Подскажите, где подводный камень?

_Добавлено через 2 часа 21 минуту 33 секунды_
Вопрос решил. Кому интересно, оказалась "кривой" конфигурация КД 2.1.4.  Спустился до   версии 2.1.3 и все пошло.:vseok:

----------


## dima4ka_63

А ссылочку на кд 2.1.3 можно?

----------


## Gars

Вообще-то я брал КД 2.1.3.с диска к книжке Бояркина и Федотова "Конвертация данных:...", но можно взять и здесь:

http://forum.ru-board.com/topic.cgi?...limit=1&m=18#1

----------


## dima4ka_63

http://forum.ru-board.com/topic.cgi?...limit=1&m=18#1[/QUOTE]

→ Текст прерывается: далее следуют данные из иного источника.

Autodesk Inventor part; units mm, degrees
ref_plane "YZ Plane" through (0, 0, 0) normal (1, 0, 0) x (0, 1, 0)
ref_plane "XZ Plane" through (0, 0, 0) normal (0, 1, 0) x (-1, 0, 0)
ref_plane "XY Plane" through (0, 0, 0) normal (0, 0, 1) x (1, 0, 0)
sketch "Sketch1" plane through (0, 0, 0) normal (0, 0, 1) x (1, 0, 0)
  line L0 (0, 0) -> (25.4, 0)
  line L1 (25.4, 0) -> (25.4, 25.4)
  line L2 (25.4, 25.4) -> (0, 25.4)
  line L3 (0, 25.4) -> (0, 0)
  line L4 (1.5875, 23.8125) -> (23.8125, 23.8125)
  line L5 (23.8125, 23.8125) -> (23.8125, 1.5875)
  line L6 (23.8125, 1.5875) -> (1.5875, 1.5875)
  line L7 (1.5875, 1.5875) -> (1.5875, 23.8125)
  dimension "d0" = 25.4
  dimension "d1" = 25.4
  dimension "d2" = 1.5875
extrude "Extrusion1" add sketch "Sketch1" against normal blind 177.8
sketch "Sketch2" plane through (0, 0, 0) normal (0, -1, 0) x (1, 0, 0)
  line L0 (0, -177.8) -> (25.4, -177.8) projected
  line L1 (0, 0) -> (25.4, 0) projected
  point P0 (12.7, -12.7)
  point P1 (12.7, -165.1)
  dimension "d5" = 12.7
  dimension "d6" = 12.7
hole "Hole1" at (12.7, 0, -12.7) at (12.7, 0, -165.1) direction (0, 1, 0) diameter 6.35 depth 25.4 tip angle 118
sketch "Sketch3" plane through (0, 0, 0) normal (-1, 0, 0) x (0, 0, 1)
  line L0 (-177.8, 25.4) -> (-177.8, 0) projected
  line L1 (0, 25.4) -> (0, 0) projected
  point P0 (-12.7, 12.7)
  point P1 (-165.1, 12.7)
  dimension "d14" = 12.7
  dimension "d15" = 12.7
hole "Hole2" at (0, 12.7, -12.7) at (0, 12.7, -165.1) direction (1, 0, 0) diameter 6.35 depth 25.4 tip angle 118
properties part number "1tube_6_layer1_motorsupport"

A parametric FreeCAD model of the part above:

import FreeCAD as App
import Part
import Sketcher
from FreeCAD import Vector
Q = App.Units.Quantity

doc = App.newDocument("Part")
body = doc.addObject("PartDesign::Body", "Body")

sketch1 = doc.addObject("Sketcher::SketchObject", "Sketch")
body.addObject(sketch1)
sketch1.AttachmentSupport = (doc.XY_Plane, [""])
sketch1.MapMode = "FlatFace"
sketch1.addGeometry(Part.LineSegment(Vector(0, 25, 0), Vector(0, 0, 0)), False)
sketch1.addGeometry(Part.LineSegment(Vector(0, 0, 0), Vector(25, 0, 0)), False)
sketch1.addGeometry(Part.LineSegment(Vector(25, 0, 0), Vector(25, 25, 0)), False)
sketch1.addGeometry(Part.LineSegment(Vector(25, 25, 0), Vector(0, 25, 0)), False)
sketch1.addGeometry(Part.LineSegment(Vector(2, 2, 0), Vector(2, 24, 0)), False)
sketch1.addGeometry(Part.LineSegment(Vector(2, 24, 0), Vector(24, 24, 0)), False)
sketch1.addGeometry(Part.LineSegment(Vector(24, 24, 0), Vector(24, 2, 0)), False)
sketch1.addGeometry(Part.LineSegment(Vector(24, 2, 0), Vector(2, 2, 0)), False)
sketch1.addConstraint(Sketcher.Constraint("Coincident", 0, 2, 1, 1))
sketch1.addConstraint(Sketcher.Constraint("Coincident", 1, 2, 2, 1))
sketch1.addConstraint(Sketcher.Constraint("Coincident", 2, 2, 3, 1))
sketch1.addConstraint(Sketcher.Constraint("Coincident", 3, 2, 0, 1))
sketch1.addConstraint(Sketcher.Constraint("Coincident", 4, 2, 5, 1))
sketch1.addConstraint(Sketcher.Constraint("Coincident", 5, 2, 6, 1))
sketch1.addConstraint(Sketcher.Constraint("Coincident", 6, 2, 7, 1))
sketch1.addConstraint(Sketcher.Constraint("Coincident", 7, 2, 4, 1))
sketch1.addConstraint(Sketcher.Constraint("Vertical", 0))
sketch1.addConstraint(Sketcher.Constraint("Horizontal", 1))
sketch1.addConstraint(Sketcher.Constraint("Vertical", 2))
sketch1.addConstraint(Sketcher.Constraint("Horizontal", 3))
sketch1.addConstraint(Sketcher.Constraint("Vertical", 4))
sketch1.addConstraint(Sketcher.Constraint("Horizontal", 5))
sketch1.addConstraint(Sketcher.Constraint("Vertical", 6))
sketch1.addConstraint(Sketcher.Constraint("Horizontal", 7))
sketch1.addConstraint(Sketcher.Constraint("Coincident", 0, 2, -1, 1))
sketch1.addConstraint(Sketcher.Constraint("Equal", 3, 0))
sketch1.addConstraint(Sketcher.Constraint("Equal", 7, 4))
sketch1.addConstraint(Sketcher.Constraint("DistanceX", 1, 1, 1, 2, Q("1 in")))
sketch1.addConstraint(Sketcher.Constraint("DistanceX", -1, 1, 4, 2, Q("0.0625 in")))
sketch1.addConstraint(Sketcher.Constraint("DistanceY", -1, 1, 6, 2, Q("0.0625 in")))
sketch1.addConstraint(Sketcher.Constraint("DistanceY", 4, 2, 3, 2, Q("0.0625 in")))
pad1 = doc.addObject("PartDesign::Pad", "Pad")
body.addObject(pad1)
pad1.Profile = sketch1
pad1.Length = Q("7 in")
pad1.Reversed = True

sketch2 = doc.addObject("Sketcher::SketchObject", "Sketch001")
body.addObject(sketch2)
sketch2.AttachmentSupport = (doc.XZ_Plane, [""])
sketch2.MapMode = "FlatFace"
sketch2.addGeometry(Part.Circle(Vector(12.7, -12.7, 0), Vector(0, 0, 1), 3.2), False)
sketch2.addGeometry(Part.Circle(Vector(12.7, -165.1, 0), Vector(0, 0, 1), 3.2), False)
sketch2.addConstraint(Sketcher.Constraint("Equal", 0, 1))
sketch2.addConstraint(Sketcher.Constraint("Vertical", 0, 3, 1, 3))
sketch2.addConstraint(Sketcher.Constraint("Diameter", 0, Q("0.25 in")))
sketch2.addConstraint(Sketcher.Constraint("DistanceY", 1, 3, 0, 3, Q("6 in")))
sketch2.addConstraint(Sketcher.Constraint("DistanceX", -1, 1, 0, 3, Q("0.5 in")))
sketch2.addConstraint(Sketcher.Constraint("DistanceY", 0, 3, -1, 1, Q("0.5 in")))
doc.recompute()
hole = doc.addObject("PartDesign::Hole", "Hole")
body.addObject(hole)
hole.Profile = sketch2
hole.ThreadType = "None"
hole.Diameter = Q("0.25 in")
hole.DepthType = "Dimension"
hole.Depth = Q("1 in")
hole.DrillPoint = "Angled"
hole.DrillPointAngle = 118

sketch3 = doc.addObject("Sketcher::SketchObject", "Sketch002")
body.addObject(sketch3)
sketch3.AttachmentSupport = (doc.YZ_Plane, [""])
sketch3.MapMode = "FlatFace"
sketch3.addGeometry(Part.Circle(Vector(12.7, -12.7, 0), Vector(0, 0, 1), 3.2), False)
sketch3.addGeometry(Part.Circle(Vector(12.7, -165.1, 0), Vector(0, 0, 1), 3.2), False)
sketch3.addConstraint(Sketcher.Constraint("Equal", 0, 1))
sketch3.addConstraint(Sketcher.Constraint("Vertical", 0, 3, 1, 3))
sketch3.addConstraint(Sketcher.Constraint("Diameter", 0, Q("0.25 in")))
sketch3.addConstraint(Sketcher.Constraint("DistanceY", 1, 3, 0, 3, Q("6 in")))
sketch3.addConstraint(Sketcher.Constraint("DistanceX", -1, 1, 0, 3, Q("0.5 in")))
sketch3.addConstraint(Sketcher.Constraint("DistanceY", 0, 3, -1, 1, Q("0.5 in")))
doc.recompute()
hole2 = doc.addObject("PartDesign::Hole", "Hole001")
body.addObject(hole2)
hole2.Profile = sketch3
hole2.ThreadType = "None"
hole2.Diameter = Q("0.25 in")
hole2.DepthType = "Dimension"
hole2.Depth = Q("1 in")
hole2.DrillPoint = "Angled"
hole2.DrillPointAngle = 118
hole2.Reversed = True

doc.recompute()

А этот форум побольше что ли? Названия почти одинаковые а сайты то разные))

----------


## mastda1

та же самая ошибка выходит. откат до 2.1.3 не помог ничем. может кто нибудь подсказать - в чем еще может быть причина

код


> {Обработка.ЗагрузкаСтрукту  рыМетаданных.МодульОбъект  (73)}: Ошибка при вызове метода контекста (ПрочитатьXML)
> 			ПрочитатьXML(ЧтениеXML);
> по причине:
> 
> по причине:
> Ошибка преобразования данных XML: [file://C:/Program Files/1cv82/tmplts/1c/Conversion/2_1_4_1/V77Data.xml][2,5981]

----------


## polocatik

У меня таже самая ошибка когда пытаюсь в конвертации данных на платформе 8.2 загрузить структуру конфигурации,сохраненной на платформе 8.1...

{Обработка.ЗагрузкаСтрукту  рыМетаданных.МодульОбъект  (73)}: Ошибка при вызове метода контекста (ПрочитатьXML)
			ПрочитатьXML(ЧтениеXML);
по причине:

по причине:
Ошибка преобразования данных XML: [file://C:/Users/Ольга/Desktop/81.xml][172,3]

----------